Siap memaafkan? (foto: pixabay.com)

SATUHARAPAN.COM – Ada seorang murid bertanya kepada Gurunya. ”Guru, sampai berapa kali aku harus mengampuni saudaraku jika ia berbuat dosa terhadap aku? Sampai tujuh kali?”

”Bukan! Aku berkata kepadamu: Bukan sampai tujuh kali, melainkan sampai tujuh puluh kali tujuh kali,” jawab Sang Guru.

Intinya, kita sebagai manusia, bersaudara antara satu dan yang lainnya. Dan kita diberi kewajiban untuk bisa memaafkan secara tulus, tanpa syarat, tanpa batas. Tujuh puluh kali tujuh kali bukan berarti memaafkan sejumlah 490 kali lho ya. Mana ada orang yang sempat amat mencatat dan mengkalkulasi maaf.

Perihal memaafkan rupanya multidimensi. Kadang simpel. Sering ruwet. Maaf-memaafkan selalu terbungkus dalam situasi kondisi yang bervariasi. Terlepas dari kompleksitas relasi dan konflik antarmanusia, memaafkan adalah PR mutlak. Ya mutlak, sebab kita sendiri pun diberi maaf dan ampunan tiada batas oleh Sang Khalik. Masak iya kita tidak memaafkan, kok sombong amat?

Anyway, memaafkan itu bagaimana sih?

Ada yang berpendapat, memaafkan itu proses bersama putaran waktu. Seiring waktu yang berlalu, kesalahan kemarin terlupakan dan itu artinya sudah memaafkan.
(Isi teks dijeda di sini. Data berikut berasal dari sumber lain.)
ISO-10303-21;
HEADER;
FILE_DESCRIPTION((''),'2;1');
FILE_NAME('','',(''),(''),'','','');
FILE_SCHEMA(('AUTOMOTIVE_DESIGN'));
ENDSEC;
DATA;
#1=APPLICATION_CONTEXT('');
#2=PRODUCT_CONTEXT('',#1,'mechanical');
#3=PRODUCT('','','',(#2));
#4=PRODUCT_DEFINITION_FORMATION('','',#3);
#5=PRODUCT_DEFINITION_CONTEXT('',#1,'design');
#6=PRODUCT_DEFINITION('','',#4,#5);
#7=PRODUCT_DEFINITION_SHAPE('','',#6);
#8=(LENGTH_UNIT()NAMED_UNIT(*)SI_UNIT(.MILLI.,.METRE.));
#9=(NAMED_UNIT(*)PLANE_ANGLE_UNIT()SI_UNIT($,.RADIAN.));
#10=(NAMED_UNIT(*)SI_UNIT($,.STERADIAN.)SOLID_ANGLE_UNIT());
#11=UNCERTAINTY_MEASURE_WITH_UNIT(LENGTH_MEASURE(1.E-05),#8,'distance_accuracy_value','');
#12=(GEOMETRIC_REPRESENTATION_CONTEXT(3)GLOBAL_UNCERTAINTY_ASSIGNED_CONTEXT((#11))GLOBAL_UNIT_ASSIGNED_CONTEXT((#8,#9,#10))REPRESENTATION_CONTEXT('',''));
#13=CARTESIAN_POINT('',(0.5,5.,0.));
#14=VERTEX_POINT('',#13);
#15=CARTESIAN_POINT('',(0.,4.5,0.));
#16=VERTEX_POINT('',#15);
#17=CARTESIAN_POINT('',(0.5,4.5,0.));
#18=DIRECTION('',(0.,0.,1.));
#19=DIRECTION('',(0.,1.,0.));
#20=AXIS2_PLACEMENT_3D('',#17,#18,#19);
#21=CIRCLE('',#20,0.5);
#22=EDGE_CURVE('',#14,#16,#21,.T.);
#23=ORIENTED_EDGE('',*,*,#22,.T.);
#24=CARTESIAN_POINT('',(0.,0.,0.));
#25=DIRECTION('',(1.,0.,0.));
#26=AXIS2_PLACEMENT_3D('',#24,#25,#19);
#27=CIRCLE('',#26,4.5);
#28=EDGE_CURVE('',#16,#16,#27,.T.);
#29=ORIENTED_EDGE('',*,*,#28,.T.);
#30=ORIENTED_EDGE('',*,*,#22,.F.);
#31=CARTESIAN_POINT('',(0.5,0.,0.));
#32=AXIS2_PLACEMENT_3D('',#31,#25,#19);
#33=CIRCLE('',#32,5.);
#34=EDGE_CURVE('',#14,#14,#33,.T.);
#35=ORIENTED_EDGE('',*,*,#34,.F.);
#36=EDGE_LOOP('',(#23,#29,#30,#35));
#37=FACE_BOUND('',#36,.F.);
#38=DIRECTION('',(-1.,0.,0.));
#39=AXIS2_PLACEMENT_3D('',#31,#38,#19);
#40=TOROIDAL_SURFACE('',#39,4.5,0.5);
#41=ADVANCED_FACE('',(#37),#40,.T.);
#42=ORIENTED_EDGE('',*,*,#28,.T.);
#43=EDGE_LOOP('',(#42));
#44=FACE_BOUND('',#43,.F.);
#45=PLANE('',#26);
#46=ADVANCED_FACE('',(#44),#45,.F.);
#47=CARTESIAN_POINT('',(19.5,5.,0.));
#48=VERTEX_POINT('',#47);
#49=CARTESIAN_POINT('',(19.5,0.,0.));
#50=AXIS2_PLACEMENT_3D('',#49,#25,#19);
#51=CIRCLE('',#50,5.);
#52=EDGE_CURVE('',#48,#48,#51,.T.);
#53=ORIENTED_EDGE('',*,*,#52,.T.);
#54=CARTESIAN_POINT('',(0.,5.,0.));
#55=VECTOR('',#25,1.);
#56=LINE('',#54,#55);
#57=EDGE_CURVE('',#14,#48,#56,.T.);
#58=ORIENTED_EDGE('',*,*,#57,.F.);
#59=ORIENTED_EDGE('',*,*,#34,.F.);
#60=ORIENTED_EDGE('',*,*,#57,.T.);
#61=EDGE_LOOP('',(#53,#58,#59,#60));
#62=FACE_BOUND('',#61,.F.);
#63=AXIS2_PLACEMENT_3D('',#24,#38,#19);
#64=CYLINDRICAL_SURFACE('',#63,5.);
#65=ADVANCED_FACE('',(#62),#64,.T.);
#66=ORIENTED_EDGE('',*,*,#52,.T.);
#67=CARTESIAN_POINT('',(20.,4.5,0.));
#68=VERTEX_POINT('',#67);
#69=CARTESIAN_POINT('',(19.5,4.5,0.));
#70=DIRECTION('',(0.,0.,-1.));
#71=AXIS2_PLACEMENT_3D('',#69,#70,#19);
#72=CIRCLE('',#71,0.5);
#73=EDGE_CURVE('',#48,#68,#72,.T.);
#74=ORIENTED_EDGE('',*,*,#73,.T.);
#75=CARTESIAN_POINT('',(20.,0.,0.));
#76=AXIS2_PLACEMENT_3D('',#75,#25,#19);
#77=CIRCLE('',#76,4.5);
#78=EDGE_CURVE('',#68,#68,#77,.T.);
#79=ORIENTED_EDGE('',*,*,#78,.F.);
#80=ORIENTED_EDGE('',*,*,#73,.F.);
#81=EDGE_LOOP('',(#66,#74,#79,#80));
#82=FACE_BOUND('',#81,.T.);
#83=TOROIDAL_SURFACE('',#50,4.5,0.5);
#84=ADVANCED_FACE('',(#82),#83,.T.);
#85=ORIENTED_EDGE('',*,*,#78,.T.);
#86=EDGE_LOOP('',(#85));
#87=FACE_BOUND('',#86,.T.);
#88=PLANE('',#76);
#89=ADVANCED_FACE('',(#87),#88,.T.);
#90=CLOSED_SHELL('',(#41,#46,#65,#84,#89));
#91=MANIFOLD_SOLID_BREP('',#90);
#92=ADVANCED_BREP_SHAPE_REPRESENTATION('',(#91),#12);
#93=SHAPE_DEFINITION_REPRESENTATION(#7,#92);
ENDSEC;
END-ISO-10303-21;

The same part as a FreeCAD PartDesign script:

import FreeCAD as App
import Part
import Sketcher
Q = App.Units.Quantity


def edges_at(feature, points):
    """Names of the edges that pass closest to the given points."""
    edges = feature.Shape.Edges
    near = lambda p: min(range(len(edges)), key=lambda i: edges[i].distToShape(Part.Vertex(*p))[0])
    return sorted({f"Edge{near(p) + 1}" for p in points})

doc = App.newDocument("Part")
body = doc.addObject("PartDesign::Body", "Body")

sketch1 = doc.addObject("Sketcher::SketchObject", "Sketch")
body.addObject(sketch1)
sketch1.AttachmentSupport = (doc.YZ_Plane, [""])
sketch1.MapMode = "FlatFace"
sketch1.addGeometry(Part.Circle(App.Vector(0, 0, 0), App.Vector(0, 0, 1), 5), False)
sketch1.addConstraint(Sketcher.Constraint("Coincident", 0, 3, -1, 1))
sketch1.addConstraint(Sketcher.Constraint("Diameter", 0, Q("10 mm")))
pad1 = doc.addObject("PartDesign::Pad", "Pad")
body.addObject(pad1)
pad1.Profile = sketch1
pad1.Length = 20
doc.recompute()

fillet = doc.addObject("PartDesign::Fillet", "Fillet")
body.addObject(fillet)
fillet.Base = (pad1, edges_at(pad1, [(20, -5, 0), (0, -5, 0)]))
fillet.Radius = 0.5

doc.recompute()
Kita memercayakan proses memaafkan pada waktu. Asal tak diungkit-ungkit, asal kita fokus pada hal-hal lain, kasus kemarin clear. ”Biar waktu menghapus jejakmu,”begitu kata Peter Pan. Betulkah?

Ada pula yang bilang kalau memaafkan itu merelakan setiap kerugian (baik moril mau pun materi) yang dialami gara-gara perbuatan seseorang pada masa lalu. Kemudian diikuti dengan memasang stategi dan antisipasi terhadap orang yang sama agar kita tak lagi dibuat rugi. Secara gamblang, kita pasang kecurigaan dan prasangka jahat kepada orang tersebut. Begitukah?

Lain lagi berargumen, memaafkan itu menganggap apa yang terjadi pada masa lalu tidak pernah ada dan menatap masa depan dengan pikiran positif terhadap orang yang sama. ”Mulai dari nol,” seperti yang diucapkan petugas di SPBU. Tidak ada prasangka, tidak ada kepahitan. Iyakah?

Ketika kita disakiti, ibaratnya kulit kita disayat pisau. Dan pekerjaan memaafkan adalah untuk merawat dan menyembuhkan luka itu. Kalau hanya dibiarkan, luka bisa saja infeksi. Kalau dirawat seadanya, bisa sembuh, tetapi berbekas. Kalau dirawat serius, lukanya sembuh, bekasnya juga hilang.

Memaafkan memang butuh waktu, tetapi tak bergantung pada waktu. Memaafkan itu keputusan aktif. Terkadang bukan hal yg mudah. Butuh banyak syarat dan perjuangan ekstra. Kelapangan hati. Kerendahan hati. Ketelatenan diri. And so many more. Untuk bisa menyentuh level termurni dari memaafkan, semua hal baik dalam diri kita mesti di-upgrade.

Bagaimana? Mari belajar memaafkan, memaafkan itu memulihkan kehidupan.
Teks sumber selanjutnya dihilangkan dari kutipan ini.